| Work required |
Each entry, in full: reproduce it exactly.

--------------------------------

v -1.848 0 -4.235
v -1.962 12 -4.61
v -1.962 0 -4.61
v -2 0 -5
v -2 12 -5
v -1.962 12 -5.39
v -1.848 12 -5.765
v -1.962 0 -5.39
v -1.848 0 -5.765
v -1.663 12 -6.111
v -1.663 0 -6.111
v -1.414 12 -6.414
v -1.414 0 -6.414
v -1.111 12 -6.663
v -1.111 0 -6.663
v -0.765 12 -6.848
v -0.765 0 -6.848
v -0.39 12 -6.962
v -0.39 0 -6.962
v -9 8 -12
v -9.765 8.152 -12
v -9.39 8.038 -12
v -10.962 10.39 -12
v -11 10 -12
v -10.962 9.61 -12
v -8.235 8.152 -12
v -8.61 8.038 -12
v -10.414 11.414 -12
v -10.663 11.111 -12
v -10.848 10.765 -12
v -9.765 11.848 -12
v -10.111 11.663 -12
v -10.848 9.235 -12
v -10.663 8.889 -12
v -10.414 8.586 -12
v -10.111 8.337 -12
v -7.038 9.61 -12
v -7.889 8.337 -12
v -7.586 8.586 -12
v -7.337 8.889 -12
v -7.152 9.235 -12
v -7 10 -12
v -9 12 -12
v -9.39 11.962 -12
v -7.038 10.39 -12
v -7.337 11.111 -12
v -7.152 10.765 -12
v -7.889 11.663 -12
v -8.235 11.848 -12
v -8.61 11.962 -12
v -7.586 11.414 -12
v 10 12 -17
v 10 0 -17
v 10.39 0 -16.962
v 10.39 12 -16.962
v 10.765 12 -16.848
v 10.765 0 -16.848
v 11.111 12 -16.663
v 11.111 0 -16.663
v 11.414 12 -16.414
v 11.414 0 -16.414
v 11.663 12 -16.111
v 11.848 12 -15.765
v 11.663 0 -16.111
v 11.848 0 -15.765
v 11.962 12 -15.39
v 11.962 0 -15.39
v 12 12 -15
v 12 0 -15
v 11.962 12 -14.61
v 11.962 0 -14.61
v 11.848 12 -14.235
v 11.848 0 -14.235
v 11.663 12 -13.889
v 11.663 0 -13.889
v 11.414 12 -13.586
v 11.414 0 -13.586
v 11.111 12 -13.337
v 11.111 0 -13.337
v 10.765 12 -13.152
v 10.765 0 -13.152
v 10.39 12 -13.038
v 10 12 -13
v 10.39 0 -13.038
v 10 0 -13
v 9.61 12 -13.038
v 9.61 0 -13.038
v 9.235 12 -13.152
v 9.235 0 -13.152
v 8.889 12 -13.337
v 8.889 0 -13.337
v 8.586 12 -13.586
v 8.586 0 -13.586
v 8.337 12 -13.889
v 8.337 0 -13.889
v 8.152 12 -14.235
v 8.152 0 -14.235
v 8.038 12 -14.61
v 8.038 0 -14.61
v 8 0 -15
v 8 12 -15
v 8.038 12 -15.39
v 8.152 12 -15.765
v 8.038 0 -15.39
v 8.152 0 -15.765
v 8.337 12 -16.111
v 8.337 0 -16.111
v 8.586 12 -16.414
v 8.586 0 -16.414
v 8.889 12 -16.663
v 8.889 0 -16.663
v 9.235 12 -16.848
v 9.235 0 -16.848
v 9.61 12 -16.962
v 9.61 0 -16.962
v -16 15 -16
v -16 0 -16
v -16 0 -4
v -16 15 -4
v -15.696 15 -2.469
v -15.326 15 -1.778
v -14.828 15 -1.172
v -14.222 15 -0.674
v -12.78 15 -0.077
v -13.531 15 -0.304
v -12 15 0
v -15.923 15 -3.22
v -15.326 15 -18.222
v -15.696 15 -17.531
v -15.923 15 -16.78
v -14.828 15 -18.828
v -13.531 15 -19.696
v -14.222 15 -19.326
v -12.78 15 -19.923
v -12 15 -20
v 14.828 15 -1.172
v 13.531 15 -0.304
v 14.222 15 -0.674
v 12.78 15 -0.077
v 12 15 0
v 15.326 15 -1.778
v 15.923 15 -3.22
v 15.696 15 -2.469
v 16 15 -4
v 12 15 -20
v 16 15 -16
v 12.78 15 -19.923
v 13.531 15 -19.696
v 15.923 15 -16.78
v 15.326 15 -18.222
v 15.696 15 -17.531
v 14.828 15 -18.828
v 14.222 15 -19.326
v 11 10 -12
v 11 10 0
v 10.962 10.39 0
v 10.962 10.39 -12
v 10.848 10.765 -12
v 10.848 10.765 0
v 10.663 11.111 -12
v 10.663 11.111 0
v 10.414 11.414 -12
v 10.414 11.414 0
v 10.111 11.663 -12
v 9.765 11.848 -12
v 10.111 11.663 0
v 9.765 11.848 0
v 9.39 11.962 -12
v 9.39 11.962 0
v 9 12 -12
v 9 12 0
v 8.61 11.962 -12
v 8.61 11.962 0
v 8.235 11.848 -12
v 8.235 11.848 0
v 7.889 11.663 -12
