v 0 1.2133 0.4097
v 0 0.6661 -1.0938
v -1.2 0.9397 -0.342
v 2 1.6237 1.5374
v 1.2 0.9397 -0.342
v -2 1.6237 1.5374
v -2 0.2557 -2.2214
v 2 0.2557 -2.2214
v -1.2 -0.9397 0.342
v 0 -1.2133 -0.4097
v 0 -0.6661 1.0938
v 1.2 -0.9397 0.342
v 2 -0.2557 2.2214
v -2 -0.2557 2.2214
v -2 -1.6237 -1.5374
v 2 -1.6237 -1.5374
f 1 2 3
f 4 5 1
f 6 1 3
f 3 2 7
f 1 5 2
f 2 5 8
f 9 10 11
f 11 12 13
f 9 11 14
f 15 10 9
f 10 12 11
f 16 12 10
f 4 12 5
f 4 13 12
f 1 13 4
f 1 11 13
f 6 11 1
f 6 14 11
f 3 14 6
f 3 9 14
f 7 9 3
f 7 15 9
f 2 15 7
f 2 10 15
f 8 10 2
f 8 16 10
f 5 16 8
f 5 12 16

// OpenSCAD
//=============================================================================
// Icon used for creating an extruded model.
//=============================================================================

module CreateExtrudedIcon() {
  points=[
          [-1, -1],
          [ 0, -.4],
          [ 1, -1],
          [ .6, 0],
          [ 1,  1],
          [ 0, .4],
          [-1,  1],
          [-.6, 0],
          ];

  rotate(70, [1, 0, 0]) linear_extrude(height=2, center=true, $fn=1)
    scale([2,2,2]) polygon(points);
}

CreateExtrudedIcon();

--------------------------------

| Exercise solution |
v -1.848 0 -4.235
v -1.962 12 -4.61
v -1.962 0 -4.61
v -2 0 -5
v -2 12 -5
v -1.962 12 -5.39
v -1.848 12 -5.765
v -1.962 0 -5.39
v -1.848 0 -5.765
v -1.663 12 -6.111
v -1.663 0 -6.111
v -1.414 12 -6.414
v -1.414 0 -6.414
v -1.111 12 -6.663
v -1.111 0 -6.663
v -0.765 12 -6.848
v -0.765 0 -6.848
v -0.39 12 -6.962
v -0.39 0 -6.962
v -9 8 -12
v -9.765 8.152 -12
v -9.39 8.038 -12
v -10.962 10.39 -12
v -11 10 -12
v -10.962 9.61 -12
v -8.235 8.152 -12
v -8.61 8.038 -12
v -10.414 11.414 -12
v -10.663 11.111 -12
v -10.848 10.765 -12
v -9.765 11.848 -12
v -10.111 11.663 -12
v -10.848 9.235 -12
v -10.663 8.889 -12
v -10.414 8.586 -12
v -10.111 8.337 -12
v -7.038 9.61 -12
v -7.889 8.337 -12
v -7.586 8.586 -12
v -7.337 8.889 -12
v -7.152 9.235 -12
v -7 10 -12
v -9 12 -12
v -9.39 11.962 -12
v -7.038 10.39 -12
v -7.337 11.111 -12
v -7.152 10.765 -12
v -7.889 11.663 -12
v -8.235 11.848 -12
v -8.61 11.962 -12
v -7.586 11.414 -12
v 10 12 -17
v 10 0 -17
v 10.39 0 -16.962
v 10.39 12 -16.962
v 10.765 12 -16.848
v 10.765 0 -16.848
v 11.111 12 -16.663
v 11.111 0 -16.663
v 11.414 12 -16.414
v 11.414 0 -16.414
v 11.663 12 -16.111
v 11.848 12 -15.765
v 11.663 0 -16.111
v 11.848 0 -15.765
v 11.962 12 -15.39
v 11.962 0 -15.39
v 12 12 -15
v 12 0 -15
v 11.962 12 -14.61
v 11.962 0 -14.61
v 11.848 12 -14.235
v 11.848 0 -14.235
v 11.663 12 -13.889
v 11.663 0 -13.889
v 11.414 12 -13.586
v 11.414 0 -13.586
v 11.111 12 -13.337
v 11.111 0 -13.337
v 10.765 12 -13.152
v 10.765 0 -13.152
v 10.39 12 -13.038
v 10 12 -13
v 10.39 0 -13.038
v 10 0 -13
v 9.61 12 -13.038
v 9.61 0 -13.038
v 9.235 12 -13.152
v 9.235 0 -13.152
v 8.889 12 -13.337
v 8.889 0 -13.337
v 8.586 12 -13.586
v 8.586 0 -13.586
v 8.337 12 -13.889
v 8.337 0 -13.889
v 8.152 12 -14.235
v 8.152 0 -14.235
v 8.038 12 -14.61
v 8.038 0 -14.61
v 8 0 -15
v 8 12 -15
v 8.038 12 -15.39
v 8.152 12 -15.765
v 8.038 0 -15.39
v 8.152 0 -15.765
v 8.337 12 -16.111
v 8.337 0 -16.111
v 8.586 12 -16.414
v 8.586 0 -16.414
v 8.889 12 -16.663
v 8.889 0 -16.663
v 9.235 12 -16.848
v 9.235 0 -16.848
v 9.61 12 -16.962
v 9.61 0 -16.962
v -16 15 -16
v -16 0 -16
v -16 0 -4
v -16 15 -4
v -15.696 15 -2.469
v -15.326 15 -1.778
v -14.828 15 -1.172
v -14.222 15 -0.674
v -12.78 15 -0.077
v -13.531 15 -0.304
v -12 15 0
v -15.923 15 -3.22
v -15.326 15 -18.222
v -15.696 15 -17.531
v -15.923 15 -16.78
v -14.828 15 -18.828
v -13.531 15 -19.696
v -14.222 15 -19.326
v -12.78 15 -19.923
v -12 15 -20
v 14.828 15 -1.172
v 13.531 15 -0.304
v 14.222 15 -0.674
v 12.78 15 -0.077
v 12 15 0
v 15.326 15 -1.778
v 15.923 15 -3.22
v 15.696 15 -2.469
v 16 15 -4
v 12 15 -20
v 16 15 -16
v 12.78 15 -19.923
v 13.531 15 -19.696
v 15.923 15 -16.78
v 15.326 15 -18.222
v 15.696 15 -17.531
v 14.828 15 -18.828
v 14.222 15 -19.326
v 11 10 -12
v 11 10 0
v 10.962 10.39 0
v 10.962 10.39 -12
v 10.848 10.765 -12
v 10.848 10.765 0
v 10.663 11.111 -12
v 10.663 11.111 0
v 10.414 11.414 -12
v 10.414 11.414 0
v 10.111 11.663 -12
v 9.765 11.848 -12
v 10.111 11.663 0
v 9.765 11.848 0
v 9.39 11.962 -12
v 9.39 11.962 0
v 9 12 -12
v 9 12 0
v 8.61 11.962 -12
v 8.61 11.962 0
v 8.235 11.848 -12
v 8.235 11.848 0
v 7.889 11.663 -12
v 0 1.2133 0.4097
v 0 0.6661 -1.0938
v -1.2 0.9397 -0.342
v 2 1.6237 1.5374
v 1.2 0.9397 -0.342
v -2 1.6237 1.5374
v -2 0.2557 -2.2214
v 2 0.2557 -2.2214
v -1.2 -0.9397 0.342
v 0 -1.2133 -0.4097
v 0 -0.6661 1.0938
v 1.2 -0.9397 0.342
v 2 -0.2557 2.2214
v -2 -0.2557 2.2214
v -2 -1.6237 -1.5374
v 2 -1.6237 -1.5374
f 1 2 3
f 4 5 1
f 6 1 3
f 3 2 7
f 1 5 2
f 2 5 8
f 9 10 11
f 11 12 13
f 9 11 14
f 15 10 9
f 10 12 11
f 16 12 10
f 4 12 5
f 4 13 12
f 1 13 4
f 1 11 13
f 6 11 1
f 6 14 11
f 3 14 6
f 3 9 14
f 7 9 3
f 7 15 9
f 2 15 7
f 2 10 15
f 8 10 2
f 8 16 10
f 5 16 8
f 5 12 16

// OpenSCAD
//=============================================================================
// Icon used for creating an extruded model.
//=============================================================================

module CreateExtrudedIcon() {
  points=[
          [-1, -1],
          [ 0, -.4],
          [ 1, -1],
          [ .6, 0],
          [ 1,  1],
          [ 0, .4],
          [-1,  1],
          [-.6, 0],
          ];

  rotate(70, [1, 0, 0]) linear_extrude(height=2, center=true, $fn=1)
    scale([2,2,2]) polygon(points);
}

CreateExtrudedIcon();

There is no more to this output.